WHAT THE EXERCISE ASKS:
Retype the entries exactly, keeping every line intact.

Saved entries:

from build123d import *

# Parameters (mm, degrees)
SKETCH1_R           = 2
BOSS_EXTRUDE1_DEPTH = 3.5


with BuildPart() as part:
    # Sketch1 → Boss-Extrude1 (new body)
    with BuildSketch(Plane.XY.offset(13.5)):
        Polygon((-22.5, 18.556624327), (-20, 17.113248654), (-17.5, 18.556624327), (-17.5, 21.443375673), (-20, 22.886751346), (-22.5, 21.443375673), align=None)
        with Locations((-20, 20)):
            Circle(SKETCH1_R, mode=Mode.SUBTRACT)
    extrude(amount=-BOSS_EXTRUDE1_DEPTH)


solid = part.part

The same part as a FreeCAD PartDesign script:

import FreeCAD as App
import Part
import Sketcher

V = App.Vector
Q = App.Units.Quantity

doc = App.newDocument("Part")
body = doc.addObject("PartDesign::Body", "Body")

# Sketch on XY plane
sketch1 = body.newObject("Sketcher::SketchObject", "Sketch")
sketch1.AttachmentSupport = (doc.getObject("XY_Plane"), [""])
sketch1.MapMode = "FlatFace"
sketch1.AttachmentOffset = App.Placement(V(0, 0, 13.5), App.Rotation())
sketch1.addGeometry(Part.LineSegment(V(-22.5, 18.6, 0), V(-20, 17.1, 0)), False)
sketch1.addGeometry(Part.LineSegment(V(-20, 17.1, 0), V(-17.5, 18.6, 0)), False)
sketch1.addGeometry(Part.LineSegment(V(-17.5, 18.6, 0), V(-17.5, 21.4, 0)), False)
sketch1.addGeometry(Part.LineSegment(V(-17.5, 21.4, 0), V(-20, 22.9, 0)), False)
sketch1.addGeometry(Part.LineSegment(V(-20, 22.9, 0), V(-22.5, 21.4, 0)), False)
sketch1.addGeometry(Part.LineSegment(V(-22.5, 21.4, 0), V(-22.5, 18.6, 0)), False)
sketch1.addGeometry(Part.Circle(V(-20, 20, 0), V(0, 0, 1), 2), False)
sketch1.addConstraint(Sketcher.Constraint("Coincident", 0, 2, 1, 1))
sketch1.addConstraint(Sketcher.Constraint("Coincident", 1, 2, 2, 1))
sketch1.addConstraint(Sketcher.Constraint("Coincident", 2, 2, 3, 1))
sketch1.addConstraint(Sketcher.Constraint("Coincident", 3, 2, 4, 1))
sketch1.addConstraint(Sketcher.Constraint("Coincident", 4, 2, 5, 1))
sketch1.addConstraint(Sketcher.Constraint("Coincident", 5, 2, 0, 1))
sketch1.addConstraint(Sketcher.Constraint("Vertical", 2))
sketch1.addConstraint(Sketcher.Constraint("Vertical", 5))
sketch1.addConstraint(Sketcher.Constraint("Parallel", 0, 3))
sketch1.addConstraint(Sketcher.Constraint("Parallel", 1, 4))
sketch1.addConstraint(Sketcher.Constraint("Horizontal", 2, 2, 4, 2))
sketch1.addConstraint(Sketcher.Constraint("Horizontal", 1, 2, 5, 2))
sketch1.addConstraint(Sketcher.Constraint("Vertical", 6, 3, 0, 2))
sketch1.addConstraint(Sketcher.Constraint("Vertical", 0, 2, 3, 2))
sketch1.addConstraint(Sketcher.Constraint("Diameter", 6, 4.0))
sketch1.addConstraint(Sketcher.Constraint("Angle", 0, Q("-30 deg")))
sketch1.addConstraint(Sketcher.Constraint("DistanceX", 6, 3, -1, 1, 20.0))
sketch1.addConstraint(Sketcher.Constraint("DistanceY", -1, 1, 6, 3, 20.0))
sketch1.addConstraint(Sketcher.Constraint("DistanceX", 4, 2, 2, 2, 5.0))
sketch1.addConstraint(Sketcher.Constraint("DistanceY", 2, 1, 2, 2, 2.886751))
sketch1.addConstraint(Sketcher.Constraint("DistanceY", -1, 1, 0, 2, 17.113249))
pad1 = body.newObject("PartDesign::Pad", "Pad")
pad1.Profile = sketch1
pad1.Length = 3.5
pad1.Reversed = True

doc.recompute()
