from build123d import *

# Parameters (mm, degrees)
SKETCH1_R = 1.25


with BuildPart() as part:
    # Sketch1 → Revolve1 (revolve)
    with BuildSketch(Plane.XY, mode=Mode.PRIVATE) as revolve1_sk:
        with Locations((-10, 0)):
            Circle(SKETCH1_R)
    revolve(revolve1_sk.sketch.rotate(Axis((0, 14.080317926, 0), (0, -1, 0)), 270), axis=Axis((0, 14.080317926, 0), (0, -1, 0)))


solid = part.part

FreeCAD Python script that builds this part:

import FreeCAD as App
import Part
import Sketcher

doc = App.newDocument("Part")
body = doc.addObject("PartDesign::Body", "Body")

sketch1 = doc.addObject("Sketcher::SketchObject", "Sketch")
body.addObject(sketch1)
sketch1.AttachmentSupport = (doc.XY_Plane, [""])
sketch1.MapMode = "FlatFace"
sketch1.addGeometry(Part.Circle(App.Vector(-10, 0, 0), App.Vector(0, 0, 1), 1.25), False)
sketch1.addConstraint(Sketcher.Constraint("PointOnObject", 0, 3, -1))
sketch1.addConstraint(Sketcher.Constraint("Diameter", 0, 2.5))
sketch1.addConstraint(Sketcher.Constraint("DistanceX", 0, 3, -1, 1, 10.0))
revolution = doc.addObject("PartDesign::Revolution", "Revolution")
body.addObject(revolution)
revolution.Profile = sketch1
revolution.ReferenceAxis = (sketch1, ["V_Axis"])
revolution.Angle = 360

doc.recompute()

EXERCISE RESPONSE:
from build123d import *

# Parameters (mm, degrees)
SKETCH1_R           = 2
BOSS_EXTRUDE1_DEPTH = 3.5


with BuildPart() as part:
    # Sketch1 → Boss-Extrude1 (new body)
    with BuildSketch(Plane.XY.offset(13.5)):
        Polygon((-22.5, 18.556624327), (-20, 17.113248654), (-17.5, 18.556624327), (-17.5, 21.443375673), (-20, 22.886751346), (-22.5, 21.443375673), align=None)
        with Locations((-20, 20)):
            Circle(SKETCH1_R, mode=Mode.SUBTRACT)
    extrude(amount=-BOSS_EXTRUDE1_DEPTH)


solid = part.part

The same part as a FreeCAD PartDesign script:

import FreeCAD as App
import Part
import Sketcher

V = App.Vector
Q = App.Units.Quantity

doc = App.newDocument("Part")
body = doc.addObject("PartDesign::Body", "Body")

# Sketch on XY plane
sketch1 = body.newObject("Sketcher::SketchObject", "Sketch")
sketch1.AttachmentSupport = (doc.getObject("XY_Plane"), [""])
sketch1.MapMode = "FlatFace"
sketch1.AttachmentOffset = App.Placement(V(0, 0, 13.5), App.Rotation())
sketch1.addGeometry(Part.LineSegment(V(-22.5, 18.6, 0), V(-20, 17.1, 0)), False)
sketch1.addGeometry(Part.LineSegment(V(-20, 17.1, 0), V(-17.5, 18.6, 0)), False)
sketch1.addGeometry(Part.LineSegment(V(-17.5, 18.6, 0), V(-17.5, 21.4, 0)), False)
sketch1.addGeometry(Part.LineSegment(V(-17.5, 21.4, 0), V(-20, 22.9, 0)), False)
sketch1.addGeometry(Part.LineSegment(V(-20, 22.9, 0), V(-22.5, 21.4, 0)), False)
sketch1.addGeometry(Part.LineSegment(V(-22.5, 21.4, 0), V(-22.5, 18.6, 0)), False)
sketch1.addGeometry(Part.Circle(V(-20, 20, 0), V(0, 0, 1), 2), False)
sketch1.addConstraint(Sketcher.Constraint("Coincident", 0, 2, 1, 1))
sketch1.addConstraint(Sketcher.Constraint("Coincident", 1, 2, 2, 1))
sketch1.addConstraint(Sketcher.Constraint("Coincident", 2, 2, 3, 1))
sketch1.addConstraint(Sketcher.Constraint("Coincident", 3, 2, 4, 1))
sketch1.addConstraint(Sketcher.Constraint("Coincident", 4, 2, 5, 1))
sketch1.addConstraint(Sketcher.Constraint("Coincident", 5, 2, 0, 1))
sketch1.addConstraint(Sketcher.Constraint("Vertical", 2))
sketch1.addConstraint(Sketcher.Constraint("Vertical", 5))
sketch1.addConstraint(Sketcher.Constraint("Parallel", 0, 3))
sketch1.addConstraint(Sketcher.Constraint("Parallel", 1, 4))
sketch1.addConstraint(Sketcher.Constraint("Horizontal", 2, 2, 4, 2))
sketch1.addConstraint(Sketcher.Constraint("Horizontal", 1, 2, 5, 2))
sketch1.addConstraint(Sketcher.Constraint("Vertical", 6, 3, 0, 2))
sketch1.addConstraint(Sketcher.Constraint("Vertical", 0, 2, 3, 2))
sketch1.addConstraint(Sketcher.Constraint("Diameter", 6, 4.0))
sketch1.addConstraint(Sketcher.Constraint("Angle", 0, Q("-30 deg")))
sketch1.addConstraint(Sketcher.Constraint("DistanceX", 6, 3, -1, 1, 20.0))
sketch1.addConstraint(Sketcher.Constraint("DistanceY", -1, 1, 6, 3, 20.0))
sketch1.addConstraint(Sketcher.Constraint("DistanceX", 4, 2, 2, 2, 5.0))
sketch1.addConstraint(Sketcher.Constraint("DistanceY", 2, 1, 2, 2, 2.886751))
sketch1.addConstraint(Sketcher.Constraint("DistanceY", -1, 1, 0, 2, 17.113249))
pad1 = body.newObject("PartDesign::Pad", "Pad")
pad1.Profile = sketch1
pad1.Length = 3.5
pad1.Reversed = True

doc.recompute()
from build123d import *

# Parameters (mm, degrees)
SKETCH1_R = 1.25


with BuildPart() as part:
    # Sketch1 → Revolve1 (revolve)
    with BuildSketch(Plane.XY, mode=Mode.PRIVATE) as revolve1_sk:
        with Locations((-10, 0)):
            Circle(SKETCH1_R)
    revolve(revolve1_sk.sketch.rotate(Axis((0, 14.080317926, 0), (0, -1, 0)), 270), axis=Axis((0, 14.080317926, 0), (0, -1, 0)))


solid = part.part

FreeCAD Python script that builds this part:

import FreeCAD as App
import Part
import Sketcher

doc = App.newDocument("Part")
body = doc.addObject("PartDesign::Body", "Body")

sketch1 = doc.addObject("Sketcher::SketchObject", "Sketch")
body.addObject(sketch1)
sketch1.AttachmentSupport = (doc.XY_Plane, [""])
sketch1.MapMode = "FlatFace"
sketch1.addGeometry(Part.Circle(App.Vector(-10, 0, 0), App.Vector(0, 0, 1), 1.25), False)
sketch1.addConstraint(Sketcher.Constraint("PointOnObject", 0, 3, -1))
sketch1.addConstraint(Sketcher.Constraint("Diameter", 0, 2.5))
sketch1.addConstraint(Sketcher.Constraint("DistanceX", 0, 3, -1, 1, 10.0))
revolution = doc.addObject("PartDesign::Revolution", "Revolution")
body.addObject(revolution)
revolution.Profile = sketch1
revolution.ReferenceAxis = (sketch1, ["V_Axis"])
revolution.Angle = 360

doc.recompute()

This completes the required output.